• _Try it_: Look through the data below for the line with "v17 (0,4.7,-41.09899)", and transcribe it exactly together with each line after it up to and including the line with "e25 v21 v7 LINE". Give nothing else.
[Dataset entries Boundary: Start]
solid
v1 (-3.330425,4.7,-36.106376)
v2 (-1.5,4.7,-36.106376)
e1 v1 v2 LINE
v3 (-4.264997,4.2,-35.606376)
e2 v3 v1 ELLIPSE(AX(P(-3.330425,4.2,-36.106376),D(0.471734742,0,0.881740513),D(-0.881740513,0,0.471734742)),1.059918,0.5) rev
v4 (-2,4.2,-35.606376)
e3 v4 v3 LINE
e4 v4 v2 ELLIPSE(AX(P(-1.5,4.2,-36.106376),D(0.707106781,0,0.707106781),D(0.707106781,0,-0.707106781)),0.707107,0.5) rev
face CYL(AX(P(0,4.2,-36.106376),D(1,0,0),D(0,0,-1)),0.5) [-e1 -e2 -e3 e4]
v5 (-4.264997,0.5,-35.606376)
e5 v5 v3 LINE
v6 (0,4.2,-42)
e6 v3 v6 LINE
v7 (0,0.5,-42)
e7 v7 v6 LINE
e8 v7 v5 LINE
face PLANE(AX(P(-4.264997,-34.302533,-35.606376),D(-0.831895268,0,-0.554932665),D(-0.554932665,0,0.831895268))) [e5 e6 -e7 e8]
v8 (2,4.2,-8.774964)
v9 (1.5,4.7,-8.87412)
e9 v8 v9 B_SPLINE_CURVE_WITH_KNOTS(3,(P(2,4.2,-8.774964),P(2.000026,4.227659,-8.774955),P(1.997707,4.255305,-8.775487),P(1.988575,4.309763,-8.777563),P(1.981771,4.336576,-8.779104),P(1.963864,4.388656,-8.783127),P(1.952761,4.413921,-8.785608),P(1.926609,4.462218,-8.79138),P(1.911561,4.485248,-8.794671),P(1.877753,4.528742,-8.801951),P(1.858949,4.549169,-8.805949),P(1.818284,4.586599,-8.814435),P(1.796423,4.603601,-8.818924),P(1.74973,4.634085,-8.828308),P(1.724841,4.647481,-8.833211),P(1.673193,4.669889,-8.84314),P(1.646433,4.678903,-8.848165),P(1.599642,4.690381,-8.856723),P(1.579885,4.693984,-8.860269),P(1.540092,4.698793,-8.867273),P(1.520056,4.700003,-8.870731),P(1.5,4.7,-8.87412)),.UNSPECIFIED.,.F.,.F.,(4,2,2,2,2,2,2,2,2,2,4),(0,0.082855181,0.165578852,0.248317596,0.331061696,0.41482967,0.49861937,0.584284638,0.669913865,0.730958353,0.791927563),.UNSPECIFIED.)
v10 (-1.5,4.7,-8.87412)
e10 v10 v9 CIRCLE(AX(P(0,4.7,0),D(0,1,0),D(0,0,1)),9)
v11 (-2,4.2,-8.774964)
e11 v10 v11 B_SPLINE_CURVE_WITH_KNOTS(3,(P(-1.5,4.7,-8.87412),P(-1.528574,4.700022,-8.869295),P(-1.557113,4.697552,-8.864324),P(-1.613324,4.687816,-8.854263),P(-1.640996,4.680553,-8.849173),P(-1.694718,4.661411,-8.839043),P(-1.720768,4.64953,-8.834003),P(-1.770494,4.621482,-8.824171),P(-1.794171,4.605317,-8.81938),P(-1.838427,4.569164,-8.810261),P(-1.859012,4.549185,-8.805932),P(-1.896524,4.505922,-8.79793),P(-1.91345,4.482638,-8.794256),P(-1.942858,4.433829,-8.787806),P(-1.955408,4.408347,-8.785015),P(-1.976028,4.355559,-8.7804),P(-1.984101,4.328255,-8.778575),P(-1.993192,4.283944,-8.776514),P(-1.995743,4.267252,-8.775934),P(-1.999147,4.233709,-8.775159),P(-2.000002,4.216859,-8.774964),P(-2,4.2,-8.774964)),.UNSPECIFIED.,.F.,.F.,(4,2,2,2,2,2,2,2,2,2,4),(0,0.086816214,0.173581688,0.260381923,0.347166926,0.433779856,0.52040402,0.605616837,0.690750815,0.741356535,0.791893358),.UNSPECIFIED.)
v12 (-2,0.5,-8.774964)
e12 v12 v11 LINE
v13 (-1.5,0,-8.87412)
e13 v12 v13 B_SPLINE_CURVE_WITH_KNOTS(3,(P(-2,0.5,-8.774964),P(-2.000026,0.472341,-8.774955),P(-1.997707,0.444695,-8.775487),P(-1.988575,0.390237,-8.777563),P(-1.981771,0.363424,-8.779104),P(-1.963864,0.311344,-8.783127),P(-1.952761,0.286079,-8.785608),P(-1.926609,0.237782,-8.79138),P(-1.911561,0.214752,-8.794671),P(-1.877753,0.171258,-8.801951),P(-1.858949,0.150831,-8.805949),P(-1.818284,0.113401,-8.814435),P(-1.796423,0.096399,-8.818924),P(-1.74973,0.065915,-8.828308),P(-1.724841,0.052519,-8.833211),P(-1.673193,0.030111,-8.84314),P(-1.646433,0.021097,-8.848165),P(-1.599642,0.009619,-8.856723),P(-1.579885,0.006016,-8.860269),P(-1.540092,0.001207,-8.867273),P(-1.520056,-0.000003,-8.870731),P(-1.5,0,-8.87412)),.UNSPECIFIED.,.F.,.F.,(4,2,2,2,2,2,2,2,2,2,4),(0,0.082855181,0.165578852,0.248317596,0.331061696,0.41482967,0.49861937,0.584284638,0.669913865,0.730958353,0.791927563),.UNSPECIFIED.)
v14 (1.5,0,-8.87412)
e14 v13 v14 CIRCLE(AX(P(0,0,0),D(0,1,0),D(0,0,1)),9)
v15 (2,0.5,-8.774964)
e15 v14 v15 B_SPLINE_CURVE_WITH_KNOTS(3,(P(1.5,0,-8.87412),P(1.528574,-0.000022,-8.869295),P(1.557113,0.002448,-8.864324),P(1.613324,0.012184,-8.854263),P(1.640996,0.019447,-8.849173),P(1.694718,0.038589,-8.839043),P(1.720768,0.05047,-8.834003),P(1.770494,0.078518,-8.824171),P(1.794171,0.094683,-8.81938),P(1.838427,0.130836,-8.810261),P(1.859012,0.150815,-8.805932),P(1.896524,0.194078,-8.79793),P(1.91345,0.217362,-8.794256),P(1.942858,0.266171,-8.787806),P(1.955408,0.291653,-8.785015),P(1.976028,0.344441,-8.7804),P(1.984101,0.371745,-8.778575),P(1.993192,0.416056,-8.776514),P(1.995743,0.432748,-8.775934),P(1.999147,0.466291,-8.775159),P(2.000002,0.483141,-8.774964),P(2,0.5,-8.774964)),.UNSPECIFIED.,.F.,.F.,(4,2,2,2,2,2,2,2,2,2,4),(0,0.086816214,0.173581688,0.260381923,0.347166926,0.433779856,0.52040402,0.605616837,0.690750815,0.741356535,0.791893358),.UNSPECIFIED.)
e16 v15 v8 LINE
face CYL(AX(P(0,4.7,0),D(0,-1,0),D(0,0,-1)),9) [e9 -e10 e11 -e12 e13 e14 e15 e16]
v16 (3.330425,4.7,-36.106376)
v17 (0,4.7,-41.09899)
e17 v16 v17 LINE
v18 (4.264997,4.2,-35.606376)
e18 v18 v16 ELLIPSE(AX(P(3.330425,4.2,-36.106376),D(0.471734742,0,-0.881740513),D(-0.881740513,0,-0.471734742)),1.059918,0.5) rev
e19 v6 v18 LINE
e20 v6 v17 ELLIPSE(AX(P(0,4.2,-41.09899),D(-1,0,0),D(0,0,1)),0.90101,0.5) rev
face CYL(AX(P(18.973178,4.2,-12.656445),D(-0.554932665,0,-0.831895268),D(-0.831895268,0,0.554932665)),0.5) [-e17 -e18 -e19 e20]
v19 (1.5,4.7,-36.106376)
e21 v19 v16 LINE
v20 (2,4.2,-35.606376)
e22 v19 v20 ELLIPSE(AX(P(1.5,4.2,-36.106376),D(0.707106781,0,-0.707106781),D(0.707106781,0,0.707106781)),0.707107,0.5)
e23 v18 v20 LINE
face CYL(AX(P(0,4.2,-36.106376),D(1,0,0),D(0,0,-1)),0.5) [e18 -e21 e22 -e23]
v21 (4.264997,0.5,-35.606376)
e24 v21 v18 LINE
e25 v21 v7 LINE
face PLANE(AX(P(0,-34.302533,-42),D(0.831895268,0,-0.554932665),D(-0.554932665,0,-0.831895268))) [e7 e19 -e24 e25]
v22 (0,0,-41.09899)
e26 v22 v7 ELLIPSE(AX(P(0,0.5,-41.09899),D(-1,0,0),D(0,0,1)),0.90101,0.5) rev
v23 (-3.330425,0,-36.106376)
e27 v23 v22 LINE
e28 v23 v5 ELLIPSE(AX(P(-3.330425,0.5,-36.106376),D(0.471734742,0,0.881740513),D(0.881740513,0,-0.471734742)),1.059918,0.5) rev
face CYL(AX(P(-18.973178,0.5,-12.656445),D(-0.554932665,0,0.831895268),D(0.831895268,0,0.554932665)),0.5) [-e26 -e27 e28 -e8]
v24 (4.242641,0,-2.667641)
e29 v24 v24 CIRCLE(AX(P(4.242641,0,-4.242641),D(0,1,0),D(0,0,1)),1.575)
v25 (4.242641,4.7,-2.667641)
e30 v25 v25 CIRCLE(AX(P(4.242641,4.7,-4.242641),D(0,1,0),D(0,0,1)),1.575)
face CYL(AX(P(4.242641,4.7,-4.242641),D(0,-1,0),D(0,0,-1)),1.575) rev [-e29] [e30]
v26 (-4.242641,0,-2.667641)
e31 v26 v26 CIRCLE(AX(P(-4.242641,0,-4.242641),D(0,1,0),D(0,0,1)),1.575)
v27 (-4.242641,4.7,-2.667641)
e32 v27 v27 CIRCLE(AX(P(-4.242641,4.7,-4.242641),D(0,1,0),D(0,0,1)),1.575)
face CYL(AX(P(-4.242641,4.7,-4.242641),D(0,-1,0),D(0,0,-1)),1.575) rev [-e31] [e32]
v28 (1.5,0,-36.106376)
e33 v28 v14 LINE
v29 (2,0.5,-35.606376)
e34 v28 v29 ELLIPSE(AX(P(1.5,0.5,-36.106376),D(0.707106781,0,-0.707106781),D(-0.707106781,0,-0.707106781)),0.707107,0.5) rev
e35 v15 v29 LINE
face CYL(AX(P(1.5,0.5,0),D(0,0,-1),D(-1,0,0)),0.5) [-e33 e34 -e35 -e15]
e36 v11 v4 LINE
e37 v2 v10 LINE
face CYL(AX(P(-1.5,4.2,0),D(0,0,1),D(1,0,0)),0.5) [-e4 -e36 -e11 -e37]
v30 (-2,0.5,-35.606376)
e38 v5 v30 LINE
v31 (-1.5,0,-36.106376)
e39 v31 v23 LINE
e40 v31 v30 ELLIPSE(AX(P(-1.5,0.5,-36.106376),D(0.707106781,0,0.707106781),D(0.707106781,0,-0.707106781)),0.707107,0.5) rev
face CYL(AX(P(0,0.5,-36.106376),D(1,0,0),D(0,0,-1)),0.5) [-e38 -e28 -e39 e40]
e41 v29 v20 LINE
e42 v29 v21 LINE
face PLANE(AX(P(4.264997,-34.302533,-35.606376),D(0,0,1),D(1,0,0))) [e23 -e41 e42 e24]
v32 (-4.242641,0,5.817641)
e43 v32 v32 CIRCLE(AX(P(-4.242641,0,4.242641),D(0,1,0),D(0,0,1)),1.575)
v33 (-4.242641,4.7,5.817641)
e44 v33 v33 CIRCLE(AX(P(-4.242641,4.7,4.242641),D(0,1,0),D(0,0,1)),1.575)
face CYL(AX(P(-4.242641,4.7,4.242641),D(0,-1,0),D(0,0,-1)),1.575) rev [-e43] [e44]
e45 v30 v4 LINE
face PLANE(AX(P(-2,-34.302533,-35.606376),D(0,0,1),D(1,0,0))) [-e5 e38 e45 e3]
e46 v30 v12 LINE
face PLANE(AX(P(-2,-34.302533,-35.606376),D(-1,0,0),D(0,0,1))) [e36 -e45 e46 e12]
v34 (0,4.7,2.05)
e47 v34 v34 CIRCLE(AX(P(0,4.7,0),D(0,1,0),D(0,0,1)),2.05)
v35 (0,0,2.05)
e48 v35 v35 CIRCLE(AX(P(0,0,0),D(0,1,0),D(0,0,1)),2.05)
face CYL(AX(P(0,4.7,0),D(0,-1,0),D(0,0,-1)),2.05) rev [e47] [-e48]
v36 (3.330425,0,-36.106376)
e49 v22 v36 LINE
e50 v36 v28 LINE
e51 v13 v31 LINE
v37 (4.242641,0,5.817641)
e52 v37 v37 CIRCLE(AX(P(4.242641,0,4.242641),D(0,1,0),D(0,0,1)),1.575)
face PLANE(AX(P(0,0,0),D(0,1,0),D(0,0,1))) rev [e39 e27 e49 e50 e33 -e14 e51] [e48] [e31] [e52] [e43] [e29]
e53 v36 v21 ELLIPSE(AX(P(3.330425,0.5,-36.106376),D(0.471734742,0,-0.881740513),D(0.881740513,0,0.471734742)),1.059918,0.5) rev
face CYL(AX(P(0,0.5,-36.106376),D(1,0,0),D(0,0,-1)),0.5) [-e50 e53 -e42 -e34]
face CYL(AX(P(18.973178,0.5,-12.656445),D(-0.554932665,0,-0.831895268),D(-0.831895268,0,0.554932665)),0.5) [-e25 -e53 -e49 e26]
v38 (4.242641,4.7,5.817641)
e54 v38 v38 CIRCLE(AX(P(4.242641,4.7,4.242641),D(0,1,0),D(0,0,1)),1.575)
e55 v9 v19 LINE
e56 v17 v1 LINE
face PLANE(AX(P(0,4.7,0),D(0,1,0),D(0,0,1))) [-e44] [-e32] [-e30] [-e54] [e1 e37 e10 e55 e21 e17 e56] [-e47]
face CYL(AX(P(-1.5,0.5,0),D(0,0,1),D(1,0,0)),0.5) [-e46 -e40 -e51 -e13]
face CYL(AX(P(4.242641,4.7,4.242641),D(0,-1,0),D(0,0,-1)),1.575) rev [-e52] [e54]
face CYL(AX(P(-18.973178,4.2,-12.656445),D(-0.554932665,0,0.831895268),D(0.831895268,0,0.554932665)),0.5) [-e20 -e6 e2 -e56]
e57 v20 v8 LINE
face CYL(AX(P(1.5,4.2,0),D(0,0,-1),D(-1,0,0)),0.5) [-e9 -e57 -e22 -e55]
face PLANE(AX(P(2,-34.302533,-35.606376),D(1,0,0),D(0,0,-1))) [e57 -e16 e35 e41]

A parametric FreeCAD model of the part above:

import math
import FreeCAD as App
import Part
import Sketcher
from FreeCAD import Vector
Q = App.Units.Quantity


def edges_at(feature, points):
    """Names of the edges that pass closest to the given points."""
    edges = feature.Shape.Edges
    near = lambda p: min(range(len(edges)), key=lambda i: edges[i].distToShape(Part.Vertex(*p))[0])
    return sorted({f"Edge{near(p) + 1}" for p in points})

doc = App.newDocument("Part")
params = doc.addObject("Spreadsheet::Sheet", "Params")
for row, (alias, value) in enumerate([
    ("sketch1_diameter", "18 mm"),
    ("sketch1_diameter2", "4.1 mm"),
    ("sketch1_diameter3", "3.15 mm"),
    ("pad1_length", "4.7 mm"),
    ("sketch2_radius", "9 mm"),
    ("pad2_length", "4.7 mm"),
    ("fillet_radius", "0.5 mm"),
], start=1):
    params.set(f"A{row}", alias)
    params.set(f"B{row}", "=" + value)
    params.setAlias(f"B{row}", alias)

body = doc.addObject("PartDesign::Body", "Body")

sketch1 = body.newObject("Sketcher::SketchObject", "Sketch")
sketch1.AttachmentSupport = (doc.getObject("XZ_Plane"), [""])
sketch1.MapMode = "FlatFace"
sketch1.addGeometry([
    Part.Circle(Vector(0, 0, 0), Vector(0, 0, 1), 9),
    Part.Circle(Vector(-4.2, -4.2, 0), Vector(0, 0, 1), 1.6),
    Part.Circle(Vector(0, 0, 0), Vector(0, 0, 1), 2),
    Part.Circle(Vector(-4.2, 4.2, 0), Vector(0, 0, 1), 1.6),
    Part.Circle(Vector(4.2, -4.2, 0), Vector(0, 0, 1), 1.6),
    Part.Circle(Vector(4.2, 4.2, 0), Vector(0, 0, 1), 1.6),
], False)
sketch1.addConstraint([
    Sketcher.Constraint("Coincident", 0, 3, -1, 1),
    Sketcher.Constraint("Coincident", 2, 3, -1, 1),
    Sketcher.Constraint("Equal", 1, 3),
    Sketcher.Constraint("Equal", 3, 4),
    Sketcher.Constraint("Equal", 4, 5),
    Sketcher.Constraint("Symmetric", 3, 3, 4, 3, -1, 1),
    Sketcher.Constraint("Symmetric", 1, 3, 5, 3, -1, 1),
    Sketcher.Constraint("Symmetric", 1, 3, 4, 3, -2),
    Sketcher.Constraint("Diameter", 0, Q("18 mm")),
    Sketcher.Constraint("Diameter", 2, Q("4.1 mm")),
    Sketcher.Constraint("Diameter", 1, Q("3.15 mm")),
    Sketcher.Constraint("DistanceX", 1, 3, -1, 1, Q("4.242641 mm")),
    Sketcher.Constraint("DistanceY", 1, 3, -1, 1, Q("4.242641 mm")),
])
sketch1.setExpression("Constraints[8]", "Params.sketch1_diameter")
sketch1.setExpression("Constraints[9]", "Params.sketch1_diameter2")
sketch1.setExpression("Constraints[10]", "Params.sketch1_diameter3")
pad1 = body.newObject("PartDesign::Pad", "Pad")
pad1.Profile = sketch1
pad1.setExpression("Length", "Params.pad1_length")
pad1.Reversed = True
[Dataset entries Boundary: End]
• _Task result_:
v17 (0,4.7,-41.09899)
e17 v16 v17 LINE
v18 (4.264997,4.2,-35.606376)
e18 v18 v16 ELLIPSE(AX(P(3.330425,4.2,-36.106376),D(0.471734742,0,-0.881740513),D(-0.881740513,0,-0.471734742)),1.059918,0.5) rev
e19 v6 v18 LINE
e20 v6 v17 ELLIPSE(AX(P(0,4.2,-41.09899),D(-1,0,0),D(0,0,1)),0.90101,0.5) rev
face CYL(AX(P(18.973178,4.2,-12.656445),D(-0.554932665,0,-0.831895268),D(-0.831895268,0,0.554932665)),0.5) [-e17 -e18 -e19 e20]
v19 (1.5,4.7,-36.106376)
e21 v19 v16 LINE
v20 (2,4.2,-35.606376)
e22 v19 v20 ELLIPSE(AX(P(1.5,4.2,-36.106376),D(0.707106781,0,-0.707106781),D(0.707106781,0,0.707106781)),0.707107,0.5)
e23 v18 v20 LINE
face CYL(AX(P(0,4.2,-36.106376),D(1,0,0),D(0,0,-1)),0.5) [e18 -e21 e22 -e23]
v21 (4.264997,0.5,-35.606376)
e24 v21 v18 LINE
e25 v21 v7 LINE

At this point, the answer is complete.